Oracle to Patagonia. Bobcat, Big Miles and Ecological Cauldron.

This blog post was originally posted on The Trek right here.

Stats:

Miles: 589.8- 744.6

Days: 31- 36

The Meeting of the Deserts

This section between Oracle and Patagonia was our longest (six days) and most diverse. It’s a unique stretch because of its ecological convergence — where the Sonoran and Chihuahuandeserts meet the Sky Islands. The Sky Islands are massive mountain ranges rising from the desert lowlands, each creating its own unique ecosystem. One day you walk among cacti and spiky shrubs, the next you traverse pine forests, and the third is a blend of it all.

Oracle and Mount Lemmon

We come to one of those green gates right outside Oracle. I turn around and see a brown butt jump off a rock. It can’t be a dog. It didn’t look like a deer either. I can’t leave it uninvestigated, so I take a few steps back on the trail, look into the thick roadside greenery, and there it is — a bobcat, staring back at me, completely unperturbed. I snap a picture and it’s still there, looking bored. I go back to the gate while the bobcat peacefully walks through the bush, steps onto the trail, and hikes NOBO.

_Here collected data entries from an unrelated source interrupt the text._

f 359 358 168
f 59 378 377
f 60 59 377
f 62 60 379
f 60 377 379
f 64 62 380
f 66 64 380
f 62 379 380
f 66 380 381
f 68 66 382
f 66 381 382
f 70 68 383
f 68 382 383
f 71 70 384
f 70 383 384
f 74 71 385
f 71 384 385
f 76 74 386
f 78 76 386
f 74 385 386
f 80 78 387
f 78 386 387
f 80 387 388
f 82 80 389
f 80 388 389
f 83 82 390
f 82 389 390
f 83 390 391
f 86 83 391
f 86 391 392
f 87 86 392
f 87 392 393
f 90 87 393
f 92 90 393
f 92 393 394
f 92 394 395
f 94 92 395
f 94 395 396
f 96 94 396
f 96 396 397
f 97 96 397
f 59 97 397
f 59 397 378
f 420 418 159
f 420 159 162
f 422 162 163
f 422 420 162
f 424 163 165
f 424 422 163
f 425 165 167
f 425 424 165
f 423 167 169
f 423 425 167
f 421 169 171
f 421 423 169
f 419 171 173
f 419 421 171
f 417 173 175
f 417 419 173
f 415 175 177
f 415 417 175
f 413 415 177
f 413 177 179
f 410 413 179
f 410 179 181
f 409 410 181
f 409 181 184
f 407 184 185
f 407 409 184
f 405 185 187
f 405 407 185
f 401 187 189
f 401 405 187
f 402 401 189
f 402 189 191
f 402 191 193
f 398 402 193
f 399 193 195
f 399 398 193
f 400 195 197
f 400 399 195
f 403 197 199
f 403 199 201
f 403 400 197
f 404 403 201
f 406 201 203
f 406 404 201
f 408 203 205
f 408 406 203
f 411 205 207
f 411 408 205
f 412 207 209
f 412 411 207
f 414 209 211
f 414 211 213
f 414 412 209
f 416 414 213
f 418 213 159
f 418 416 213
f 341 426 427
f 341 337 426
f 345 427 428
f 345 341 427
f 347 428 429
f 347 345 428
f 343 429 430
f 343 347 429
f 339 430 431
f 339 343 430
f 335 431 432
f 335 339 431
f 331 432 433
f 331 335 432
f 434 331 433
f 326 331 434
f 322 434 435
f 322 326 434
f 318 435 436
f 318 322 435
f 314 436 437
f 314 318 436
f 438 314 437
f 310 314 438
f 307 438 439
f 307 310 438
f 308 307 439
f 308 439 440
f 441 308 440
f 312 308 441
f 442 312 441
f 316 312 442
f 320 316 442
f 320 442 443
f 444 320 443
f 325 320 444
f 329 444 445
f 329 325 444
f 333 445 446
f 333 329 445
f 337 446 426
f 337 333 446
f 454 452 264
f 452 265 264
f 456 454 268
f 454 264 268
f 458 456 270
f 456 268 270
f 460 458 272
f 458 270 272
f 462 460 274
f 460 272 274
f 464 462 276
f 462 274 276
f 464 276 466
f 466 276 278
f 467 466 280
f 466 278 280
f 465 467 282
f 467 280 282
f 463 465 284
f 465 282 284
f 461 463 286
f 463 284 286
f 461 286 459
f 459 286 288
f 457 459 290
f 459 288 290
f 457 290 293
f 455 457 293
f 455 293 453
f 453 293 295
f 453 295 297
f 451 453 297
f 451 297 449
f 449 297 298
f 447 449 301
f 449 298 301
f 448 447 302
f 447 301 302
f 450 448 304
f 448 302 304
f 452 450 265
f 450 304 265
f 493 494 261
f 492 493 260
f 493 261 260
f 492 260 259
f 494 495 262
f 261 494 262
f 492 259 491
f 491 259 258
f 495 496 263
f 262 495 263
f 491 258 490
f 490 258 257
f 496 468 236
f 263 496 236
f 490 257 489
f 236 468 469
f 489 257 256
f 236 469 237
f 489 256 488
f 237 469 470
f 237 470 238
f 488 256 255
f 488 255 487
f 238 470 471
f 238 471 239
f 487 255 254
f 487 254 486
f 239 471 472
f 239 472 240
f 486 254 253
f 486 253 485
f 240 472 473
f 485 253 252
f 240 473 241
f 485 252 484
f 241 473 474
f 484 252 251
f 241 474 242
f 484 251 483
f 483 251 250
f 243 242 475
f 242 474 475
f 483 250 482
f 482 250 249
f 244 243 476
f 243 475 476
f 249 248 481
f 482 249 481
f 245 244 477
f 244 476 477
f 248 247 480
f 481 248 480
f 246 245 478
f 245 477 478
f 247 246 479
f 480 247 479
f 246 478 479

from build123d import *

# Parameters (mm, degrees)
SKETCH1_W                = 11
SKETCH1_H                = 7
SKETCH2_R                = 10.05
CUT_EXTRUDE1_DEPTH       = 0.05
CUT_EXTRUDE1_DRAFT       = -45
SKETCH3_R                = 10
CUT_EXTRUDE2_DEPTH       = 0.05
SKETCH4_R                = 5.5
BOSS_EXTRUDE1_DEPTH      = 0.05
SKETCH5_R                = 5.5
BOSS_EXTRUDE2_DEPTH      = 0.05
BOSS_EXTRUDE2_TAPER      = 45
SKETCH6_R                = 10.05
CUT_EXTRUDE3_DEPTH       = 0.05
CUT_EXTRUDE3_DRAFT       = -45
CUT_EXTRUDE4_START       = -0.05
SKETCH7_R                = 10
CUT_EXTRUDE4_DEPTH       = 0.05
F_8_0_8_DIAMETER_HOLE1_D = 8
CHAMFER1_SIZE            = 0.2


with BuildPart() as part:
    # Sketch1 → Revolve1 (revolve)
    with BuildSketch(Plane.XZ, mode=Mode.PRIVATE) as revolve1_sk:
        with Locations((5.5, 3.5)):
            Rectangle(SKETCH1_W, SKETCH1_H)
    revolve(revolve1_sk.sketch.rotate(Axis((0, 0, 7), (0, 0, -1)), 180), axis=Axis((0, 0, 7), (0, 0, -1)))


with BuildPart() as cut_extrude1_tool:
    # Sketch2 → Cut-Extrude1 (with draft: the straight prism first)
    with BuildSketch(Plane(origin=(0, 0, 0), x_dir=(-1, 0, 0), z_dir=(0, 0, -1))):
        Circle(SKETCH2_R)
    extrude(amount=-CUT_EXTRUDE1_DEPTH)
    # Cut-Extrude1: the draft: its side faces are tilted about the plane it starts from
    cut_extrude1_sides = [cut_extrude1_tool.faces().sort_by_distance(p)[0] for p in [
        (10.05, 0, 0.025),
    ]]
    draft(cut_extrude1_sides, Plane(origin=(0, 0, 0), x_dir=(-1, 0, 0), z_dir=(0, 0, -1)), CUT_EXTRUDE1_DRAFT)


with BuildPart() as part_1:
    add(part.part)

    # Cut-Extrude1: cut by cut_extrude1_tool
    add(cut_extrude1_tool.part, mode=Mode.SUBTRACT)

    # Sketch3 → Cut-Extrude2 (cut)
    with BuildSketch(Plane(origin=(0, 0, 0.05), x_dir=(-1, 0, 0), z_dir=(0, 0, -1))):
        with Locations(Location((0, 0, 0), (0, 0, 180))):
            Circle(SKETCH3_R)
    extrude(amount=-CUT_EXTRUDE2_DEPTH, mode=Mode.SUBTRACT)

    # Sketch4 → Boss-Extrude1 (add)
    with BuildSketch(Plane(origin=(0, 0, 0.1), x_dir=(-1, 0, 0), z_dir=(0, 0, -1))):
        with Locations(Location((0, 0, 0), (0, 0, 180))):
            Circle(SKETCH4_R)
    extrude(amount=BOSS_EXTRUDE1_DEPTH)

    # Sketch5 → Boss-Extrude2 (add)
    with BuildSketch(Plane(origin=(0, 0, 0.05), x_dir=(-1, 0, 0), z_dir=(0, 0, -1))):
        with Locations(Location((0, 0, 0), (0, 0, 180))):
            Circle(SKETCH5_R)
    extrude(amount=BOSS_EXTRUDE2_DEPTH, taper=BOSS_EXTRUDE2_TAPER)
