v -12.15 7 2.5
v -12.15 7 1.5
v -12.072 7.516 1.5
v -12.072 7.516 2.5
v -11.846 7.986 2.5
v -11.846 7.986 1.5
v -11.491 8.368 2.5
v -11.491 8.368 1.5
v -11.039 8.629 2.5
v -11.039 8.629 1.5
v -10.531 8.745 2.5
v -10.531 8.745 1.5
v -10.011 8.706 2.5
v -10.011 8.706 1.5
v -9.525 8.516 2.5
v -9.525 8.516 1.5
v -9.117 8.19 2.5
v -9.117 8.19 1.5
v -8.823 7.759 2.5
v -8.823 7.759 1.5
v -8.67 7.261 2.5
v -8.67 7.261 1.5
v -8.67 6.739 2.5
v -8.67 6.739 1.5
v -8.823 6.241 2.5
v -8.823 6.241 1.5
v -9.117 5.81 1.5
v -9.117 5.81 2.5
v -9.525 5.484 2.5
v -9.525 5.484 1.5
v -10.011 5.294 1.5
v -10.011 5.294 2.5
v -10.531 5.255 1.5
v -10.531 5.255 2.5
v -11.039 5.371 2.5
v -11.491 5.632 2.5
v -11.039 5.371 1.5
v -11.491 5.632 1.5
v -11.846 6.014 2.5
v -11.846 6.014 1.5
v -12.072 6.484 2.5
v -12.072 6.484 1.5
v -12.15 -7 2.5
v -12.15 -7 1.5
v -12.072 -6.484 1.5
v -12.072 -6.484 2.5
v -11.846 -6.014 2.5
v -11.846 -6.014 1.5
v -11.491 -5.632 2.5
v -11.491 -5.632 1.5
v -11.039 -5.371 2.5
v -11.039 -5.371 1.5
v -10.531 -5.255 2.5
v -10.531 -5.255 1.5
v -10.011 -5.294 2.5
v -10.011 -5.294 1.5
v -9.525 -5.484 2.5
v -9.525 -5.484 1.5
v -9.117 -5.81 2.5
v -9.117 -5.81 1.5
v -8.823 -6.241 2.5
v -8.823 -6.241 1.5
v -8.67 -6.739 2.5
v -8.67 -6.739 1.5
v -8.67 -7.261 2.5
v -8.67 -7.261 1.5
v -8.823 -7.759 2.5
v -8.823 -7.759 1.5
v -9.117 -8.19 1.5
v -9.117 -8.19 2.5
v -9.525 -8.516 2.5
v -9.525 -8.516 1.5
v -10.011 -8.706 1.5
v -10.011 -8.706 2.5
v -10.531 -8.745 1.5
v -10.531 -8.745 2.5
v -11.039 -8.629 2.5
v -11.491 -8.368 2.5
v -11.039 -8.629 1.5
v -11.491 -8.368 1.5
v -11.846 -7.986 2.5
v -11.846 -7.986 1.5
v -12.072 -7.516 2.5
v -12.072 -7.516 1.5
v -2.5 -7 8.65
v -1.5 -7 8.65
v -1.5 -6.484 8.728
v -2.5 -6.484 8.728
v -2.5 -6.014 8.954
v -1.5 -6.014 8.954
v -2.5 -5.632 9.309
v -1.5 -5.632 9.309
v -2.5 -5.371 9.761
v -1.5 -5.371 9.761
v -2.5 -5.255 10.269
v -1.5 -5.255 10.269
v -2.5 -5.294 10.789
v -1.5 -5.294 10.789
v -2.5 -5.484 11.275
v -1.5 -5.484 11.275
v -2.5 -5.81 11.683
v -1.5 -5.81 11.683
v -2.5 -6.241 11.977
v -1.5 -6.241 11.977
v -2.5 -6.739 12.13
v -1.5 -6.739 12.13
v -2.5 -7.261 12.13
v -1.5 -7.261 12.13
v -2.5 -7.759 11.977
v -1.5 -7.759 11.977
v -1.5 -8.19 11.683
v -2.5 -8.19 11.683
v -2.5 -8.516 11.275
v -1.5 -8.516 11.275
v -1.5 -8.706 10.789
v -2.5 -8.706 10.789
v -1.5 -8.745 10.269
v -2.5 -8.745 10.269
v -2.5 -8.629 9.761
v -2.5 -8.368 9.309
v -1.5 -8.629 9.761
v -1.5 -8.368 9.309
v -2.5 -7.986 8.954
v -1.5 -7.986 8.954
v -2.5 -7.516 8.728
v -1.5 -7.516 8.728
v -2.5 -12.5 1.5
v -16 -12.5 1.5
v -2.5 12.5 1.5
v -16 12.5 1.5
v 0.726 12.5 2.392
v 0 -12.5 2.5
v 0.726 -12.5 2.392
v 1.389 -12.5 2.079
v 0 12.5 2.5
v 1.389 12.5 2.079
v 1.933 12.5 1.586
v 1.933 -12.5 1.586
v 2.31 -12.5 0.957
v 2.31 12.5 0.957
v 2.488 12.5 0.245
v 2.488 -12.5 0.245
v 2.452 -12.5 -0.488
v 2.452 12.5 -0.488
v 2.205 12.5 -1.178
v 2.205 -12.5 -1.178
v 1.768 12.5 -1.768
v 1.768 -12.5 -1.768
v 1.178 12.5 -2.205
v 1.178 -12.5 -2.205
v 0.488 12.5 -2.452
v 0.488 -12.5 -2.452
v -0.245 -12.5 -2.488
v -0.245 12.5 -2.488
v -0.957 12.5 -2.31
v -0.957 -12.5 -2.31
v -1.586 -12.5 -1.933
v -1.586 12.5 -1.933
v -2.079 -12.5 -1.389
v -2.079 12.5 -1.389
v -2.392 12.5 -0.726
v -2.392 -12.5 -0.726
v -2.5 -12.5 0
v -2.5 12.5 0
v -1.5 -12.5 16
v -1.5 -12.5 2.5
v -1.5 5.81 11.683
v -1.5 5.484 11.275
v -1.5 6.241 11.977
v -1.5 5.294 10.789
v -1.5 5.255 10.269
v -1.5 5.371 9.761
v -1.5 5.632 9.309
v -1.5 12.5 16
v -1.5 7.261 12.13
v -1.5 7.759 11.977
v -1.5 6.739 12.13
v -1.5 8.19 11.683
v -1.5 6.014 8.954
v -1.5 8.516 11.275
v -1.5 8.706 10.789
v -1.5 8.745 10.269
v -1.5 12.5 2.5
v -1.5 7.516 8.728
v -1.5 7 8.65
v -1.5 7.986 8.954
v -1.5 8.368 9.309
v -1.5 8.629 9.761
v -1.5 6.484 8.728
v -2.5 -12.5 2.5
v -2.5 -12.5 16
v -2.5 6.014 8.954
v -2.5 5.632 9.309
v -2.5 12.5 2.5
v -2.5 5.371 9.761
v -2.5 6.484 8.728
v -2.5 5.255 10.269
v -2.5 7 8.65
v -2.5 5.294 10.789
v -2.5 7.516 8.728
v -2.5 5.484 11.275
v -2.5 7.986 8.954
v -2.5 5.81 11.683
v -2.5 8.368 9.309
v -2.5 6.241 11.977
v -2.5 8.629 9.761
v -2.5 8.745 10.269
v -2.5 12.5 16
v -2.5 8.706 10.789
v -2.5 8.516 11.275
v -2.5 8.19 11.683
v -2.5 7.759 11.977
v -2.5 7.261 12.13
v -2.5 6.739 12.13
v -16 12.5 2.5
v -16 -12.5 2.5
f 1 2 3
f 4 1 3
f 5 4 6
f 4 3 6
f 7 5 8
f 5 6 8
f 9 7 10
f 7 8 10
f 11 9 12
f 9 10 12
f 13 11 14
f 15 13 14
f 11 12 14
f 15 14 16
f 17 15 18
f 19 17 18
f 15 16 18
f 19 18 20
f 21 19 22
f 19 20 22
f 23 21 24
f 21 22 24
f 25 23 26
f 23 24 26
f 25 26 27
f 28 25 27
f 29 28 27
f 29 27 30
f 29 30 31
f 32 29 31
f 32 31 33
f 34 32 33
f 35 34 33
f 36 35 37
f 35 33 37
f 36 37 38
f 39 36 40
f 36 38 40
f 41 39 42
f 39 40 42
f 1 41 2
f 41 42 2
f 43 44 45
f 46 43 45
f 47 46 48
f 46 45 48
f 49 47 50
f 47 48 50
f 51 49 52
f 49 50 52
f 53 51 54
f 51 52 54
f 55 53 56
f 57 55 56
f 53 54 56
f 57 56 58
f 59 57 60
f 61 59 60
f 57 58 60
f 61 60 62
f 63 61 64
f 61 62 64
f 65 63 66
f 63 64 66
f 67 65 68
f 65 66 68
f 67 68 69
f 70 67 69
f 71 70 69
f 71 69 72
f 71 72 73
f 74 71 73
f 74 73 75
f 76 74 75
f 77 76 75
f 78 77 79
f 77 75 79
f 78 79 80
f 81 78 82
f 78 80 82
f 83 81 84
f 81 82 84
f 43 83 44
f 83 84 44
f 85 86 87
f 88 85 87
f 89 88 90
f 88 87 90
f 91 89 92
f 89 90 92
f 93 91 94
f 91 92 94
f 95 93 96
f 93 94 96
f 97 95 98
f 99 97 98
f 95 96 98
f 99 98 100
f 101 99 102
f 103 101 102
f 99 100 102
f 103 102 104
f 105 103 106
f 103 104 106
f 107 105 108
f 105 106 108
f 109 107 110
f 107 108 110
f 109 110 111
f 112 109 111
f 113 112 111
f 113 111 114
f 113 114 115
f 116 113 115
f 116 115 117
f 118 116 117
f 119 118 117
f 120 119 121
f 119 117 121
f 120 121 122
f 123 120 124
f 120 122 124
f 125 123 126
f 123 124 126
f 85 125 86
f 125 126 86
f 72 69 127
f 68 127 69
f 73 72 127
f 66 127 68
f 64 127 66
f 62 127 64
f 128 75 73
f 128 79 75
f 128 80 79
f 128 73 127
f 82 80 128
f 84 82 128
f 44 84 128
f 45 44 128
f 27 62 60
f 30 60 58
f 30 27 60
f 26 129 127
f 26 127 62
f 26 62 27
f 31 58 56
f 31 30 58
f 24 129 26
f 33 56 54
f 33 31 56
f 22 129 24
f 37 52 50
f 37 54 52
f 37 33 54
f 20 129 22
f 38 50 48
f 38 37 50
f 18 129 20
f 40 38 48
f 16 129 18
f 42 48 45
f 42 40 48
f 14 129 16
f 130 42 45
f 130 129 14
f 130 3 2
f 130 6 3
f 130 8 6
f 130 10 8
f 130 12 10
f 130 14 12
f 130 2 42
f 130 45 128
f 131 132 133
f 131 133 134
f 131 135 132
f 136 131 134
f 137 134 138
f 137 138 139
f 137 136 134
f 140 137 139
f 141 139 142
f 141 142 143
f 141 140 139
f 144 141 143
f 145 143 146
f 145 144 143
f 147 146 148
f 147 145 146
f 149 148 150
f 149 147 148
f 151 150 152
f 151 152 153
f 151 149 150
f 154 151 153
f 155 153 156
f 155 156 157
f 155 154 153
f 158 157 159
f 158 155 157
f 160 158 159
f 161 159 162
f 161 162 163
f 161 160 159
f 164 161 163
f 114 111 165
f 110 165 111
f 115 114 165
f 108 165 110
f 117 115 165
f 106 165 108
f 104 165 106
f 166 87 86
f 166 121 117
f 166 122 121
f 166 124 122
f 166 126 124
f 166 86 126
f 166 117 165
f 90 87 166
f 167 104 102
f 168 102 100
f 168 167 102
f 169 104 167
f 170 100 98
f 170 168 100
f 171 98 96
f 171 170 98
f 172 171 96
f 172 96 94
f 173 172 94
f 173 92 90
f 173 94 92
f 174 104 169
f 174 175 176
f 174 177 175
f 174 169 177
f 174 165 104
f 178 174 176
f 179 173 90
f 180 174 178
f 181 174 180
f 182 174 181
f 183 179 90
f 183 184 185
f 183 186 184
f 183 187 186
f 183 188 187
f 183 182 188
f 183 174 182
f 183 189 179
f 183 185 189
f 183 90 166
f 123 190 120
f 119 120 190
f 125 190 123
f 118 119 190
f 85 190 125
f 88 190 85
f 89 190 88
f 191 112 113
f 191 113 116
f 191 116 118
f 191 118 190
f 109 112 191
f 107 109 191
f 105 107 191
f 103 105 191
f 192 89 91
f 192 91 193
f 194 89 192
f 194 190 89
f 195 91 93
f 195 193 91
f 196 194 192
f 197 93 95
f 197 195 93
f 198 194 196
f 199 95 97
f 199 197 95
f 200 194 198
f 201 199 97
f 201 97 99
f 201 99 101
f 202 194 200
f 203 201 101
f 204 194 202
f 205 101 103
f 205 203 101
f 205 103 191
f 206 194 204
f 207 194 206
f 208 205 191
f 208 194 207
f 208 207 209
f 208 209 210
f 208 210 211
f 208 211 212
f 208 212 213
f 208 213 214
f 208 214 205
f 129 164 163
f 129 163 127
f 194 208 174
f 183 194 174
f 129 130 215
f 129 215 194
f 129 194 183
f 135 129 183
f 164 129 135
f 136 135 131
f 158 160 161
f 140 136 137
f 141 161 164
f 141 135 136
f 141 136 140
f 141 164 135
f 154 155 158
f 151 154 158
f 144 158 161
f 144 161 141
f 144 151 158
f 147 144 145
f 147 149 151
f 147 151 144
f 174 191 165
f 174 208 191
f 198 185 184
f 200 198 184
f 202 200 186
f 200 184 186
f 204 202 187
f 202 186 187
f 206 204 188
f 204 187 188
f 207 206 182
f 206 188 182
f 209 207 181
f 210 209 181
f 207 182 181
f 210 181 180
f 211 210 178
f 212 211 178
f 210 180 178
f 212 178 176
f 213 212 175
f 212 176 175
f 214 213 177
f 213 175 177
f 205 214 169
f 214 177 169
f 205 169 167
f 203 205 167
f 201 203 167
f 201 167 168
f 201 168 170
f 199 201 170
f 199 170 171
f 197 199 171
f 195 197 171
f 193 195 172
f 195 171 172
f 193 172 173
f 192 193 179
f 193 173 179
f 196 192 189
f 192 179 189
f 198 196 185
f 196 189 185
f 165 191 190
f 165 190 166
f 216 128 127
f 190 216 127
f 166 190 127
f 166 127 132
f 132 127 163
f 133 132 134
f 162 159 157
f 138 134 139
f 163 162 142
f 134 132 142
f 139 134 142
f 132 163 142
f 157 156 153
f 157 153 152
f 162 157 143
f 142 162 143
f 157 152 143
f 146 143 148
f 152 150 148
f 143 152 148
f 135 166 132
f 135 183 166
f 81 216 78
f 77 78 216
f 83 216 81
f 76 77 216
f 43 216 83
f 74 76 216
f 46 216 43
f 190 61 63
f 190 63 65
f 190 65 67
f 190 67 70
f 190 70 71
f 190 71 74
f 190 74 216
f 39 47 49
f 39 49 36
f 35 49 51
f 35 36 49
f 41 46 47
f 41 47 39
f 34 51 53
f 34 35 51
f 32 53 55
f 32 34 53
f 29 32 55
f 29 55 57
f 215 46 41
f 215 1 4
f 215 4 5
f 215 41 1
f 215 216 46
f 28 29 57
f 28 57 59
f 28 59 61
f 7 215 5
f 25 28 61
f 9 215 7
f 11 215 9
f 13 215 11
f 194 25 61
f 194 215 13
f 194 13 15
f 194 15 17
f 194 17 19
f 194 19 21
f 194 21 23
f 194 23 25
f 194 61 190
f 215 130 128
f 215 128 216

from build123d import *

# Parameters (mm, degrees)
EXTRUDE_1_DEPTH     = 12.5
SKETCH_4_R          = 2.121320344
EXTRUDE_3_DEPTH     = 25
SKETCH_5_R          = 1.75
CUT_EXTRUDE_1_DEPTH = 1
SKETCH_6_R          = 1.75
CUT_EXTRUDE_2_DEPTH = 1


with BuildPart() as part:
    # 草图1 → 凸台-拉伸1 (new, symmetric)
    with BuildSketch(Plane(origin=(0, 0, 0), x_dir=(1, 0, 0), z_dir=(0, 1, 0))):
        with BuildLine():
            ThreePointArc((0, -2.5), (1.767766953, 1.767766953), (-2.5, 0))
            Line((-2.5, 0), (-2.5, -1.5))
            Line((-2.5, -1.5), (-16, -1.5))
            Line((-16, -1.5), (-16, -2.5))
            Line((-16, -2.5), (-2.5, -2.5))
            Line((-2.5, -2.5), (-2.5, -16))
            Line((-2.5, -16), (-1.5, -16))
            Line((-1.5, -16), (-1.5, -2.5))
            Line((-1.5, -2.5), (0, -2.5))
        make_face()
        with BuildLine():
            ThreePointArc((-1.5, 0), (1.060660172, 1.060660172), (0, -1.5))
            Line((0, -1.5), (-1.5, -1.5))
            Line((-1.5, -1.5), (-1.5, 0))
        make_face(mode=Mode.SUBTRACT)
    extrude(amount=EXTRUDE_1_DEPTH, both=True)

    # 草图4 → 凸台-拉伸3 (add)
    with BuildSketch(Plane(origin=(0, 12.5, 0), x_dir=(1, 0, 0), z_dir=(0, 1, 0))):
        Circle(SKETCH_4_R)
    extrude(amount=-EXTRUDE_3_DEPTH)

    # 草图5 → 切除-拉伸1 (cut)
    with BuildSketch(Plane(origin=(0, 0, 1.5), x_dir=(-1, 0, 0), z_dir=(0, 0, -1))):
        with Locations((10.4, -7)):
            Circle(SKETCH_5_R)
        with Locations((10.4, 7)):
            Circle(SKETCH_5_R)
    extrude(amount=-CUT_EXTRUDE_1_DEPTH, mode=Mode.SUBTRACT)

    # 草图6 → 切除-拉伸2 (cut)
    with BuildSketch(Plane(origin=(-1.5, 0, 0), x_dir=(0, 0, -1), z_dir=(1, 0, 0))):
        with Locations((-10.4, -7)):
            Circle(SKETCH_6_R)
        with Locations((-10.4, 7)):
            Circle(SKETCH_6_R)
    extrude(amount=-CUT_EXTRUDE_2_DEPTH, mode=Mode.SUBTRACT)


solid = part.part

The little bobcat, just staring at me, half-bored

The trail to Summerhaven is brutal. At times it is just a 4WD road of boulders going straight up.

The bouldery steep climbs to Mount Lemmonn.

But once you get there, the general store is full of cold drinks — exactly what you crave after that climb. I go inside for sparkling water and buy an orange to squeeze into it. The non-Fanta sparkling orange drink has now become a permanent craving, stuck to my brain like a barnacle. Squeezing an orange into a tiny bottle neck turns out to be quite the challenge, so I eat the orange instead and go back for orange juice.

When I come out, Thunderbird — who we keep bumping into — is swooshing his pink ice cream in a Wingardium Leviosa motion at an Alaskan girl who stopped to chat. I assume he’s animating the story rather than trying to make her levitate, but I’m too late to tune in, so I focus on perfecting my soda–orange juice ratio.

We then visit the “Cookie Cabin” for a chocolate chip cookie and a coffee. Weirdly, they don’t do coffee — but the cookie is great.

Marshall Gulch

Right out of town, you enter a place called Marshall Gulch. It still holds all the fall colors. You walk up big stone steps through crimson, purple, orange, and yellow maple leaves — on the ground, on the trees, everywhere. If I didn’t know I was in Arizona, I’d guess Japan.

Wilderness of Rocks

As soon as the maple trees end, the Wilderness of Rocks begins — and it’s equally mind-blowing. Giant boulders are stacked on top of each other like stone snowmen.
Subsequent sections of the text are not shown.